(Items from a dataset)
******************************
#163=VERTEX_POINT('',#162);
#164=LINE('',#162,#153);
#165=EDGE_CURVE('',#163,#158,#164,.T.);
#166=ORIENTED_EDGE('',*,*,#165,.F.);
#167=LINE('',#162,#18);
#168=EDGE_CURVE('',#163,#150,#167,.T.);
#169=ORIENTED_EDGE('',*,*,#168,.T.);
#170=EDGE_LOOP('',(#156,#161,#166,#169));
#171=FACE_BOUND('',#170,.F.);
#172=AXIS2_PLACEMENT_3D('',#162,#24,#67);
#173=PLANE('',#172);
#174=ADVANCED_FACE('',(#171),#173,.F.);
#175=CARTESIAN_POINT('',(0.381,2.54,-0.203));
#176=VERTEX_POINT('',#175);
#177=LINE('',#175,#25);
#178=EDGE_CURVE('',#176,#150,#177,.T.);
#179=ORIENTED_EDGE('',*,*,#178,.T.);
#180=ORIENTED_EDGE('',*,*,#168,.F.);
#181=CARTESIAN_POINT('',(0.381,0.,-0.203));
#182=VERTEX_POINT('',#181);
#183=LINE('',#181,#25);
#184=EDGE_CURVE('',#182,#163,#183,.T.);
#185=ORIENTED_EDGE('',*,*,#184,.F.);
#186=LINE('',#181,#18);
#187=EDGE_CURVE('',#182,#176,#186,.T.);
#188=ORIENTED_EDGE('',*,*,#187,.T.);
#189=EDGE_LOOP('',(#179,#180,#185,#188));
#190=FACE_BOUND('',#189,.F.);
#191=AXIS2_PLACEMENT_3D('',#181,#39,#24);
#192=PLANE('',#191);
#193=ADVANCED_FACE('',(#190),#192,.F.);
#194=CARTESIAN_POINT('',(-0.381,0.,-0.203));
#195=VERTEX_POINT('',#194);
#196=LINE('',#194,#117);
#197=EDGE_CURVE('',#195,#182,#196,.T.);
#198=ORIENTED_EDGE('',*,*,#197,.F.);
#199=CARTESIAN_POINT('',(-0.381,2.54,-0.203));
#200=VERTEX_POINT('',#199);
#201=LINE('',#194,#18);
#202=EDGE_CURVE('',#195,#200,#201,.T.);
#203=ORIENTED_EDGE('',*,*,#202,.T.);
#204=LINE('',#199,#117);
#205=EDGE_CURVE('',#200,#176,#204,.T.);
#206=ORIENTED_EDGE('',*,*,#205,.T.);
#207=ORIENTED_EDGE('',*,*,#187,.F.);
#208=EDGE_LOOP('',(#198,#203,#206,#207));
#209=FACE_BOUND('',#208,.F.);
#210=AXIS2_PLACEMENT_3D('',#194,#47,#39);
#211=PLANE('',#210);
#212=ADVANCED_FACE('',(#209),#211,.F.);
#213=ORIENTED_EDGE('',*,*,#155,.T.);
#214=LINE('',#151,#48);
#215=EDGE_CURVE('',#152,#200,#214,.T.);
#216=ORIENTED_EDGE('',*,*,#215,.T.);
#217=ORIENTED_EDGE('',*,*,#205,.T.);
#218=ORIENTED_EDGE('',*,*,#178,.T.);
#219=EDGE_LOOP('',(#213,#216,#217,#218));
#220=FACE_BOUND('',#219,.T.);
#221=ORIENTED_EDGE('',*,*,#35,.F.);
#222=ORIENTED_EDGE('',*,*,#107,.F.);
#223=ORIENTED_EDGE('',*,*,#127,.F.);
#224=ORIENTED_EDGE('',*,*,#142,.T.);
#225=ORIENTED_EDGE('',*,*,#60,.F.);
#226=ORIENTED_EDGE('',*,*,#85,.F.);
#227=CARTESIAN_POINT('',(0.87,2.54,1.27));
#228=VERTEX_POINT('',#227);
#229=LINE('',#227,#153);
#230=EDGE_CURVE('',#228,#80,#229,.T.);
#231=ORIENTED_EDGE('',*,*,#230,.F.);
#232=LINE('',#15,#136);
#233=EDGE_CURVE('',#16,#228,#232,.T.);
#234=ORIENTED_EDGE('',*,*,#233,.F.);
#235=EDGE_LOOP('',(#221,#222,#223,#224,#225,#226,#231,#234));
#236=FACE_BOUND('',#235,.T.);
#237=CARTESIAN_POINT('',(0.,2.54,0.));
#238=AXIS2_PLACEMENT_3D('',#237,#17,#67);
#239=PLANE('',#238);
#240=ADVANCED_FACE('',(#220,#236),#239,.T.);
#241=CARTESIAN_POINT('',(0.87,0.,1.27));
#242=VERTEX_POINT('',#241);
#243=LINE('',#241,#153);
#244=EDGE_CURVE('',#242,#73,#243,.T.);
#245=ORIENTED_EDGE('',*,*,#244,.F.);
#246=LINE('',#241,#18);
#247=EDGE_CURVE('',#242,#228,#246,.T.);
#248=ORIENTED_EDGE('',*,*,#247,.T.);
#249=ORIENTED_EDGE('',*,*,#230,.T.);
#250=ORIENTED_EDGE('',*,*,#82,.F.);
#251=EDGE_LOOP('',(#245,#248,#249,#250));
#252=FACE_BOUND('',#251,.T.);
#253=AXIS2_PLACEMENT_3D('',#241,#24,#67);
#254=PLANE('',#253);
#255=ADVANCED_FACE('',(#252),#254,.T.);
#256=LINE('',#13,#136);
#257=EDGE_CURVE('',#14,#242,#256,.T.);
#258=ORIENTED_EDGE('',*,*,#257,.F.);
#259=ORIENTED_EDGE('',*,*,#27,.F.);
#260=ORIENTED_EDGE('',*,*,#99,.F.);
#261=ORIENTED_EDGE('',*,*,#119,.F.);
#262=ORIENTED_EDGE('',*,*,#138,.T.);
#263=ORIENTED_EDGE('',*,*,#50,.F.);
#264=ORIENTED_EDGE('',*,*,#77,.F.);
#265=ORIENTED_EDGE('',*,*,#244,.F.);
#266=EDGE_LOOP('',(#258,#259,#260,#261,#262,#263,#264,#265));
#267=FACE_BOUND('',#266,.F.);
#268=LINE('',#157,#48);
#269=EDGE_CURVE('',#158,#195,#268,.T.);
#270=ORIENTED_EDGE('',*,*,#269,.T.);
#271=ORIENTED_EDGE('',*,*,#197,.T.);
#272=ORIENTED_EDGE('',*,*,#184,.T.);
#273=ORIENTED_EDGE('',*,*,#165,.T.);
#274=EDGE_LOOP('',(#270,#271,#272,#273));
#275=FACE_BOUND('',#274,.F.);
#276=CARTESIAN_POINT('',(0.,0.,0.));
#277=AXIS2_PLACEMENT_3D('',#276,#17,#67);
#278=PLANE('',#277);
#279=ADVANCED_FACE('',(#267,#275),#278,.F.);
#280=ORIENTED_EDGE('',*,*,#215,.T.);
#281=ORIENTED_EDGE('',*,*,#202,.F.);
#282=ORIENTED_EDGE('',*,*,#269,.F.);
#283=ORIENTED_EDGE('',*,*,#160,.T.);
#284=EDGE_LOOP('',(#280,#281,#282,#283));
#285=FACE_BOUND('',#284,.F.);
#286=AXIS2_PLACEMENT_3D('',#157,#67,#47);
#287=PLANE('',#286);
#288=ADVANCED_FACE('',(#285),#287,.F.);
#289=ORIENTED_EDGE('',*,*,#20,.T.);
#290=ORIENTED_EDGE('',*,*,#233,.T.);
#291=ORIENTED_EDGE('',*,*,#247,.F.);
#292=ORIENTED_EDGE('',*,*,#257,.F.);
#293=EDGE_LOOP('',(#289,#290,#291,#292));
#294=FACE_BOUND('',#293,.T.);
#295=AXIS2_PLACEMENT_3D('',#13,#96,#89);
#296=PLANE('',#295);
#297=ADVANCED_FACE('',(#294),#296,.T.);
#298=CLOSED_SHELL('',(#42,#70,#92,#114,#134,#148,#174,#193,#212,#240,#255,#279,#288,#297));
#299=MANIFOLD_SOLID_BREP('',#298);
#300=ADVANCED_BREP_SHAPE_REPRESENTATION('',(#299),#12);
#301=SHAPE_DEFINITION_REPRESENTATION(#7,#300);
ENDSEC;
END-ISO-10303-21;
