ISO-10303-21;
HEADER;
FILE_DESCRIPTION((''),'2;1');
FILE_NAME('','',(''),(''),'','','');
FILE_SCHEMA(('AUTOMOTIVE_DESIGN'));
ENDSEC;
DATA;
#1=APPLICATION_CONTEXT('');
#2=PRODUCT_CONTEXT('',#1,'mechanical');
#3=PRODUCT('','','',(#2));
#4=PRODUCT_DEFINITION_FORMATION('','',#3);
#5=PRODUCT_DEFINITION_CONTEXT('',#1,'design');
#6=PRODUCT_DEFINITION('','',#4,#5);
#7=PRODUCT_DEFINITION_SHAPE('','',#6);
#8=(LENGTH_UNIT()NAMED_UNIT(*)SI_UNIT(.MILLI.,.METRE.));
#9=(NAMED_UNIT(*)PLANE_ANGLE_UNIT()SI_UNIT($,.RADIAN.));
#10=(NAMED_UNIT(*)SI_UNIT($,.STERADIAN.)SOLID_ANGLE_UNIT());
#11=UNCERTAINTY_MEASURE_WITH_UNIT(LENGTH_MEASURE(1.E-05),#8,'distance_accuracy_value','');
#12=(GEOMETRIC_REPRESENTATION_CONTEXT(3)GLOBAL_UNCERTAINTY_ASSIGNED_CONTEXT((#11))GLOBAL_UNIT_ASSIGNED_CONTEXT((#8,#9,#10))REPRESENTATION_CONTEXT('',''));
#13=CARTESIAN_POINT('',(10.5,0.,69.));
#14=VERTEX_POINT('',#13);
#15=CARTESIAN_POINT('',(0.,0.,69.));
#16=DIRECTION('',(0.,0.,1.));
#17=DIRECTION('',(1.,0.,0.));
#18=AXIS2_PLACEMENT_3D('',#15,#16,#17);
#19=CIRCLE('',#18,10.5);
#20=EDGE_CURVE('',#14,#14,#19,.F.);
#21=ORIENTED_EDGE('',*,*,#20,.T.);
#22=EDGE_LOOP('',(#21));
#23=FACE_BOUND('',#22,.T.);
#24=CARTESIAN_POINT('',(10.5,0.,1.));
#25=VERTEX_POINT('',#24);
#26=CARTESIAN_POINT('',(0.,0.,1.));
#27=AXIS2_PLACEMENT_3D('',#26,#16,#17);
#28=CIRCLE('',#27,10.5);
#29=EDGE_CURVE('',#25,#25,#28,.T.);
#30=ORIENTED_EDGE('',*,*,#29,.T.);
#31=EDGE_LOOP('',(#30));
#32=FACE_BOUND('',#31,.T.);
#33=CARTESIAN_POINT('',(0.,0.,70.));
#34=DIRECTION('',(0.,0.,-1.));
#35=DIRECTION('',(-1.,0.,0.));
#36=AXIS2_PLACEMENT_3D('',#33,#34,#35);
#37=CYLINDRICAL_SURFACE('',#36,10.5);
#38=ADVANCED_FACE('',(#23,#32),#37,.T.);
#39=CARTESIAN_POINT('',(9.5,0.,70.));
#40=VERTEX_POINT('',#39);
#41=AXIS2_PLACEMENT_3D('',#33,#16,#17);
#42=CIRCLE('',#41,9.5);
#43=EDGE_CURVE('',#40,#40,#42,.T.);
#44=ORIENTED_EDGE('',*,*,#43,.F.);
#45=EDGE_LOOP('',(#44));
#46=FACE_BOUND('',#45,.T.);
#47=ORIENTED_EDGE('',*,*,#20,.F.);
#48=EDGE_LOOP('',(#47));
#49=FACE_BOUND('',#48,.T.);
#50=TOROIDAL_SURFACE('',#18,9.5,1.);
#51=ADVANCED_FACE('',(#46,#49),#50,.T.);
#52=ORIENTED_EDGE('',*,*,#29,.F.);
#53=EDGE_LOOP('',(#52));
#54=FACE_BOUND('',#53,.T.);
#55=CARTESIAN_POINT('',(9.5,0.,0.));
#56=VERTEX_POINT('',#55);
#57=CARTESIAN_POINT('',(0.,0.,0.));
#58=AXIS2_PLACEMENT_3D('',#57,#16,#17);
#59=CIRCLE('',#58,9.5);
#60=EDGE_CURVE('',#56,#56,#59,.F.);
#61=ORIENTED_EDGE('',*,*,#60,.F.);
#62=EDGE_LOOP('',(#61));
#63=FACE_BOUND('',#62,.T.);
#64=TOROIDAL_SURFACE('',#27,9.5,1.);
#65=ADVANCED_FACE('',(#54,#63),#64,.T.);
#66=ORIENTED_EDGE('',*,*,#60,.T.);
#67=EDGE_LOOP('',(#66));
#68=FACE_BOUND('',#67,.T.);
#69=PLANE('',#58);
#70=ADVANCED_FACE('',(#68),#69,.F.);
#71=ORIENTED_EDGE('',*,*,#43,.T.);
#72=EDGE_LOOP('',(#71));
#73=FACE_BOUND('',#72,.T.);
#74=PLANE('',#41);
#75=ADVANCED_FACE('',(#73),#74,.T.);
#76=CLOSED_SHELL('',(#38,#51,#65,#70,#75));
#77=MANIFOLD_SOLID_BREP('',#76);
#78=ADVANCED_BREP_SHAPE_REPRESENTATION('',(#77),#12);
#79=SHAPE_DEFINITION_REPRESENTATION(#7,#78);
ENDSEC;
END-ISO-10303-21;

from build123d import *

# Parameters (mm, degrees)
SKETCH1_R           = 10.5
BOSS_EXTRUDE1_DEPTH = 70
FILLET1_R           = 1


with BuildPart() as part:
    # Sketch1 → Boss-Extrude1 (new body)
    with BuildSketch(Plane.XY):
        Circle(SKETCH1_R)
    extrude(amount=BOSS_EXTRUDE1_DEPTH)

    # Fillet1
    fillet1_edges = [part.edges().sort_by_distance(p)[0] for p in [
        (-10.5, 0, 0),
        (-10.5, 0, 70),
    ]]
    fillet(fillet1_edges, radius=FILLET1_R)


solid = part.part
******************************
[Task to complete]
Of the lines above, extract only those from the line with "#217=ORIENTED_EDGE('',*,*,#205,.T.);" to the line with "#223=ORIENTED_EDGE('',*,*,#127,.F.);", both included, exactly as written.

[Solution]
#217=ORIENTED_EDGE('',*,*,#205,.T.);
#218=ORIENTED_EDGE('',*,*,#178,.T.);
#219=EDGE_LOOP('',(#213,#216,#217,#218));
#220=FACE_BOUND('',#219,.T.);
#221=ORIENTED_EDGE('',*,*,#35,.F.);
#222=ORIENTED_EDGE('',*,*,#107,.F.);
#223=ORIENTED_EDGE('',*,*,#127,.F.);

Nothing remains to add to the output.